» DATASET EXTRACT:

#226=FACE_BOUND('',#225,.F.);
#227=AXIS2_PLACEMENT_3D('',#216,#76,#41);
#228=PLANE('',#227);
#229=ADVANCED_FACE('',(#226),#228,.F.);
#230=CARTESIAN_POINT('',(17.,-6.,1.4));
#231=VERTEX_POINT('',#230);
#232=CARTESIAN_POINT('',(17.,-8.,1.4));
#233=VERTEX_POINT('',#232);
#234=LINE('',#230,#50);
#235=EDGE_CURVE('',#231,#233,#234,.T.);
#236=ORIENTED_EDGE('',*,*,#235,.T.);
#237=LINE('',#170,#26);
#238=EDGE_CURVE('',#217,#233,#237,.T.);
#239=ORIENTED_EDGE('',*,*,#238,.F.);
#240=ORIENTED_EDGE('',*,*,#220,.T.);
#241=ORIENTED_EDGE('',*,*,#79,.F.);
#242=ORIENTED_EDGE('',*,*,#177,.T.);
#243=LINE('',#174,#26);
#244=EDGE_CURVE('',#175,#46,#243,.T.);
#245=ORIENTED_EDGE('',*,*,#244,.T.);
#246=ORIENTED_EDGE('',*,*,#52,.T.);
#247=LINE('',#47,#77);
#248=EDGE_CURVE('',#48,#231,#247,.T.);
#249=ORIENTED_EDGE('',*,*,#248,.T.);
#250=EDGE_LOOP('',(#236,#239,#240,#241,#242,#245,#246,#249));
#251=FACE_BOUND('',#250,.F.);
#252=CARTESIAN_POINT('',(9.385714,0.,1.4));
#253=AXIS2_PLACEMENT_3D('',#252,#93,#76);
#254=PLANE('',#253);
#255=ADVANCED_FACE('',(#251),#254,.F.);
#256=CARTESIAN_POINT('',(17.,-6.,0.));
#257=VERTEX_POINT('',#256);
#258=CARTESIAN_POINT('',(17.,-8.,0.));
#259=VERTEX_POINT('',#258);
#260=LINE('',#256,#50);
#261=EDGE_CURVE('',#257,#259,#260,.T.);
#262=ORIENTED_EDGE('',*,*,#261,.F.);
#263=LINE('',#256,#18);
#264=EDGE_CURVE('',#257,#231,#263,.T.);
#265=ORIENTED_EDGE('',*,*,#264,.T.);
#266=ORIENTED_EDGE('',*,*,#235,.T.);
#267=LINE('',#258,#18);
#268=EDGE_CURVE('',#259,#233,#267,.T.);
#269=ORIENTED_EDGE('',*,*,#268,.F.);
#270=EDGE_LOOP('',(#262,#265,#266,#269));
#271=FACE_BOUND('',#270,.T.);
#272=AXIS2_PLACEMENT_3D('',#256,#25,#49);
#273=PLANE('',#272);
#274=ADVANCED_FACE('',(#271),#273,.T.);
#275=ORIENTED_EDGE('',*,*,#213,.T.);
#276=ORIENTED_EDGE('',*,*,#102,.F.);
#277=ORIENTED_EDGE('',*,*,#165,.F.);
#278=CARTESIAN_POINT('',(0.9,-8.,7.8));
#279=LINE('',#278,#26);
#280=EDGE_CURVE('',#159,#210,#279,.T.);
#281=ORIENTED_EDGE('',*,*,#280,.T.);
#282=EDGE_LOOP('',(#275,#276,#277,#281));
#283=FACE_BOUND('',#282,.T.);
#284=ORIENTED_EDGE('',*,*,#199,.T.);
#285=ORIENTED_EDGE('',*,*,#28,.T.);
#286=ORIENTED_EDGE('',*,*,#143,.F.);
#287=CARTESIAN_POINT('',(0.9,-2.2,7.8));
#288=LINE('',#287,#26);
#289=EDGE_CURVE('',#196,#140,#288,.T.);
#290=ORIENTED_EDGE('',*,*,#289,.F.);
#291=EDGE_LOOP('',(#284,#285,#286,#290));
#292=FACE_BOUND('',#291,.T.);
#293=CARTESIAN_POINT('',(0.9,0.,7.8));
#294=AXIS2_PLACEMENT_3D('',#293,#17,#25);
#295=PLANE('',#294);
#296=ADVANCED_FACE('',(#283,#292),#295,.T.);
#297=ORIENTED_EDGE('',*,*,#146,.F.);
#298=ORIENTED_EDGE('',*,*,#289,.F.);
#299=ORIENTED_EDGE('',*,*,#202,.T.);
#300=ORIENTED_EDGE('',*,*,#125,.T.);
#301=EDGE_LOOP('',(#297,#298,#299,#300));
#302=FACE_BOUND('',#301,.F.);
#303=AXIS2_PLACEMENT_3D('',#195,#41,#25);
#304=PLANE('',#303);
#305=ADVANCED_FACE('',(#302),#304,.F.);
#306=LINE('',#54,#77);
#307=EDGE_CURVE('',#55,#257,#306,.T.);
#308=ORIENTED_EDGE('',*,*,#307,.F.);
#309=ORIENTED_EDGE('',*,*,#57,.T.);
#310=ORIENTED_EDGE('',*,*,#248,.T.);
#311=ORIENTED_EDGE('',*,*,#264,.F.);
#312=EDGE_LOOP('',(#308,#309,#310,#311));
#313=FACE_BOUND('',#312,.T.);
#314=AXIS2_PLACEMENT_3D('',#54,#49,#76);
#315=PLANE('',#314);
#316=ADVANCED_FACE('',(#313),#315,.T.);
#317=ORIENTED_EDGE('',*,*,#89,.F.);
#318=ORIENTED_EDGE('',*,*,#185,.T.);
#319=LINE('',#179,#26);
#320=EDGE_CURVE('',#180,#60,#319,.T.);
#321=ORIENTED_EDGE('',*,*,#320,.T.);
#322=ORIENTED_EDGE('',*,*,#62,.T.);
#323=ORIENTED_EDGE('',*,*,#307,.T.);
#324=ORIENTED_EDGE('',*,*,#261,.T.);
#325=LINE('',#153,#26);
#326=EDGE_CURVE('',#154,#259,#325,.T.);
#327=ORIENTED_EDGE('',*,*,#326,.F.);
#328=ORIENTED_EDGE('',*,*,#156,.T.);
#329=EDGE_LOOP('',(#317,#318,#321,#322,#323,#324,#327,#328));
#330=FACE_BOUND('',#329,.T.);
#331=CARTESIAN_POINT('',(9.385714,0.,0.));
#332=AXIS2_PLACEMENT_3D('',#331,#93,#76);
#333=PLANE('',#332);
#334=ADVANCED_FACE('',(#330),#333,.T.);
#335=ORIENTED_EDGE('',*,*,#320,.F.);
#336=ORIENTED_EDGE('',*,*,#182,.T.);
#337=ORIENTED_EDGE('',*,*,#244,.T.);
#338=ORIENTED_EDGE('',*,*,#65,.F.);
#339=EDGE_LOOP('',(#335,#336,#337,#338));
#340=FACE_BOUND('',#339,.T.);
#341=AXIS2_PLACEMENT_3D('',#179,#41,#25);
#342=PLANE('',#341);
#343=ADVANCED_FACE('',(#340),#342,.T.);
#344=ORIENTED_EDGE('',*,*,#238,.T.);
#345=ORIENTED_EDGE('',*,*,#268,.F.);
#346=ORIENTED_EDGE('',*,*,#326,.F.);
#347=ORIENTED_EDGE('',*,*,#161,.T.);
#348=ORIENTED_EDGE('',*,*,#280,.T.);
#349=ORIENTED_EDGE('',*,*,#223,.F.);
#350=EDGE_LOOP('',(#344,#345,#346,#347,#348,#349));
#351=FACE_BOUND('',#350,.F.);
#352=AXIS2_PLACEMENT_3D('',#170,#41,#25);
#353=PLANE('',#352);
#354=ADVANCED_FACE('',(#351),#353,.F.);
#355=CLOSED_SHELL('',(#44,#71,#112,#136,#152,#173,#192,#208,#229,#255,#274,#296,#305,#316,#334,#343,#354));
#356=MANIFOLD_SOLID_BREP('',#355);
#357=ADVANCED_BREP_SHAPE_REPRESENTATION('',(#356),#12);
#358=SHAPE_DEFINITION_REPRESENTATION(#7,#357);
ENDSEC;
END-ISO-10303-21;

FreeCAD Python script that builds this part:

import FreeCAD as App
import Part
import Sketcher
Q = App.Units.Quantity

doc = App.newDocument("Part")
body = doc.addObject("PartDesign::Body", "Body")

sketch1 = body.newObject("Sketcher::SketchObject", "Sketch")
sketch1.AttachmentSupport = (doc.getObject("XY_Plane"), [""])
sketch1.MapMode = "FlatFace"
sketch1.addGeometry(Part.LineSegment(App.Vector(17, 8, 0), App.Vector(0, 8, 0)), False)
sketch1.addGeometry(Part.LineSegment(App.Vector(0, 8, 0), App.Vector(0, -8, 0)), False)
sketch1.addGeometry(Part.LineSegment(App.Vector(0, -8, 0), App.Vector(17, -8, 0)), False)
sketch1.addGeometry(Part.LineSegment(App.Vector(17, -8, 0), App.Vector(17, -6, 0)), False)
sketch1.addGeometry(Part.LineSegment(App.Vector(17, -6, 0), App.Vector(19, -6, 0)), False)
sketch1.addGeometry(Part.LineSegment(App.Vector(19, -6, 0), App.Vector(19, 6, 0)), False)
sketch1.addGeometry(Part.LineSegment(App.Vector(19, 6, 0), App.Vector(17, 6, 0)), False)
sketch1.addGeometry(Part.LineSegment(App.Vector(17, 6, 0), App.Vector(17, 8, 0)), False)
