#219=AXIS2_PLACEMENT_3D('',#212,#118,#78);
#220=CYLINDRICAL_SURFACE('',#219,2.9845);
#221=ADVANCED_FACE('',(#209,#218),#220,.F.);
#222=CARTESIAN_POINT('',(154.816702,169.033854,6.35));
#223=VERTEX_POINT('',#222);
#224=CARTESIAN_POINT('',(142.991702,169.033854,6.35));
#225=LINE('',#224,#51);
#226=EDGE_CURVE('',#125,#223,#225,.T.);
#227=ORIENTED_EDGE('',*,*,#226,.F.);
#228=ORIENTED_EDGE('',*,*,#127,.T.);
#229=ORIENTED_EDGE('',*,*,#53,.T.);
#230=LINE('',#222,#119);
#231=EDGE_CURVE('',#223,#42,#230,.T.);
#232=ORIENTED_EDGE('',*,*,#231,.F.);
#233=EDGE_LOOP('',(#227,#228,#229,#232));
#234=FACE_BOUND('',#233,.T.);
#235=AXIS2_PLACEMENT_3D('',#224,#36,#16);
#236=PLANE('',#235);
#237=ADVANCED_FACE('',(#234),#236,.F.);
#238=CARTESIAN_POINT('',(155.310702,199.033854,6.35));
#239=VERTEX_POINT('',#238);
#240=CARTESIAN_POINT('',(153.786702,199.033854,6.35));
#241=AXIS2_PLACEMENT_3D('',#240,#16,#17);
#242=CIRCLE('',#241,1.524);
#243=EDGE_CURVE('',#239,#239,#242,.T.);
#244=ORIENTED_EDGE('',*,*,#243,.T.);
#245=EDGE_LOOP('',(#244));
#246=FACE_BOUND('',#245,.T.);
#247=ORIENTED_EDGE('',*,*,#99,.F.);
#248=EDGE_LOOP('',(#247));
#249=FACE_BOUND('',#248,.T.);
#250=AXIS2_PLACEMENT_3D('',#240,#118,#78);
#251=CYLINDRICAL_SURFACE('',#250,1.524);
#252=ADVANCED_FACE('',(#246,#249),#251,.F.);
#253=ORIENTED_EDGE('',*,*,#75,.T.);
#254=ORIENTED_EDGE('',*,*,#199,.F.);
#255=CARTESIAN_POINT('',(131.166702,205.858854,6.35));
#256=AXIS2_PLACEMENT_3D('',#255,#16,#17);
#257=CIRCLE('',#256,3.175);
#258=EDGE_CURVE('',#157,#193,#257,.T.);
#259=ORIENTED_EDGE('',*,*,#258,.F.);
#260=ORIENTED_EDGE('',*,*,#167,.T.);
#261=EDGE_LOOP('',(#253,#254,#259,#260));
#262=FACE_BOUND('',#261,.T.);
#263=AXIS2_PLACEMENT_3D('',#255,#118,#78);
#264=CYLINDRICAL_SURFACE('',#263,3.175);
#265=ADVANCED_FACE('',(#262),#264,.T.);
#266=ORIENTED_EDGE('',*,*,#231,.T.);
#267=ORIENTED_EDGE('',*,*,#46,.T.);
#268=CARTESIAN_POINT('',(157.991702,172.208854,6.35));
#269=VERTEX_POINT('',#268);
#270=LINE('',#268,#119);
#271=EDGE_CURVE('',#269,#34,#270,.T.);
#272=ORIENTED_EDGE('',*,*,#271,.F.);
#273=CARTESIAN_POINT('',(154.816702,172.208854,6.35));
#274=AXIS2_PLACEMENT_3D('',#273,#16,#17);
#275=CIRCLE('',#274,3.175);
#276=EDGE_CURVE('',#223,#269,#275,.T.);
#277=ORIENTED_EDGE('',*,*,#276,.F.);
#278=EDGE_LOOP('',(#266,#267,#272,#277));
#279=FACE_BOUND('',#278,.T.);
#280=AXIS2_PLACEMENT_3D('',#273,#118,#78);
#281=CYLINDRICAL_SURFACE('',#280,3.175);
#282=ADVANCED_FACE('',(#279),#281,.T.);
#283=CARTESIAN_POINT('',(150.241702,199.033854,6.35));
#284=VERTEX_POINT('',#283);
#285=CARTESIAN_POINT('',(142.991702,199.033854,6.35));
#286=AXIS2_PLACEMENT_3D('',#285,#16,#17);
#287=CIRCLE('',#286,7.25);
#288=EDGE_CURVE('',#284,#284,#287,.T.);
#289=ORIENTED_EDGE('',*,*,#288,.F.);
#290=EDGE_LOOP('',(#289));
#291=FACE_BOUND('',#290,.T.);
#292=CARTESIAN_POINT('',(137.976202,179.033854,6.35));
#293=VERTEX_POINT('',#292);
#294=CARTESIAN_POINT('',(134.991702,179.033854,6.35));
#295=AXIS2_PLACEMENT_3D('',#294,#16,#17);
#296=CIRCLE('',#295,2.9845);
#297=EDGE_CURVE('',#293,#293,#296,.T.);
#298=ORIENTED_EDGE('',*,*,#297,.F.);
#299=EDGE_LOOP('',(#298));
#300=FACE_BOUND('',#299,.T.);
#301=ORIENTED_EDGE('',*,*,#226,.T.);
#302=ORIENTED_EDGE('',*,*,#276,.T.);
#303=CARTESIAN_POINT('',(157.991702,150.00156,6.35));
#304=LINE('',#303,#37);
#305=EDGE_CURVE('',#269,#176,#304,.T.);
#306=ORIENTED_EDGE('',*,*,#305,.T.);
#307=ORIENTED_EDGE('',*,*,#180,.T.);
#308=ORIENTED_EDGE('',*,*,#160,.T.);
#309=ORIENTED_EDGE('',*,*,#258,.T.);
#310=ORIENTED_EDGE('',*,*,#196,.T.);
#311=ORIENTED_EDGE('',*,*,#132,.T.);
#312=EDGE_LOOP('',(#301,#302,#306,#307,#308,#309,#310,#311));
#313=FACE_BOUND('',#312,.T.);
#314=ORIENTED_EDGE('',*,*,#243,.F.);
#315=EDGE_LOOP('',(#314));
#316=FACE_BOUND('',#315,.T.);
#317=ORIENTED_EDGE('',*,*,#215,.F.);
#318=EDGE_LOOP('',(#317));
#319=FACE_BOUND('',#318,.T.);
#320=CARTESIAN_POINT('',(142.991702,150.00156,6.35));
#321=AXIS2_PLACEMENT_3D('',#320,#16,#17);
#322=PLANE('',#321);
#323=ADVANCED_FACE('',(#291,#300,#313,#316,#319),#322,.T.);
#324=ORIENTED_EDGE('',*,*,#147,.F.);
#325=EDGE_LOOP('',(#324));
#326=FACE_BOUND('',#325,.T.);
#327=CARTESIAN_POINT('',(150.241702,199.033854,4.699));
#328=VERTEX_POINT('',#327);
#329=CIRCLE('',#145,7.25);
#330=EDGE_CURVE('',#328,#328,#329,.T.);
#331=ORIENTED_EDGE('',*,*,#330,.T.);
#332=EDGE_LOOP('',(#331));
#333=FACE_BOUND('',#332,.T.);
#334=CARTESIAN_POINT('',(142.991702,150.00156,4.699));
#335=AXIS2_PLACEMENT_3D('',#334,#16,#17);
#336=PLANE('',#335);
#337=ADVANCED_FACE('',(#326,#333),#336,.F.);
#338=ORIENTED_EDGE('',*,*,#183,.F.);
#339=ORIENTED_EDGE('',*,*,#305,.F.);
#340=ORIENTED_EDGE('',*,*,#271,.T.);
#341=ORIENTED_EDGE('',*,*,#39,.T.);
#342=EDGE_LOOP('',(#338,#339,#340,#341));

» EXERCISE PROMPT:
Only the line that contains "#337=ADVANCED_FACE('',(#326,#333),#336,.F.);" and the lines after it, through the end of the data above, are to be repeated exactly.

» ANSWER SECTION:
#337=ADVANCED_FACE('',(#326,#333),#336,.F.);
#338=ORIENTED_EDGE('',*,*,#183,.F.);
#339=ORIENTED_EDGE('',*,*,#305,.F.);
#340=ORIENTED_EDGE('',*,*,#271,.T.);
#341=ORIENTED_EDGE('',*,*,#39,.T.);
#342=EDGE_LOOP('',(#338,#339,#340,#341));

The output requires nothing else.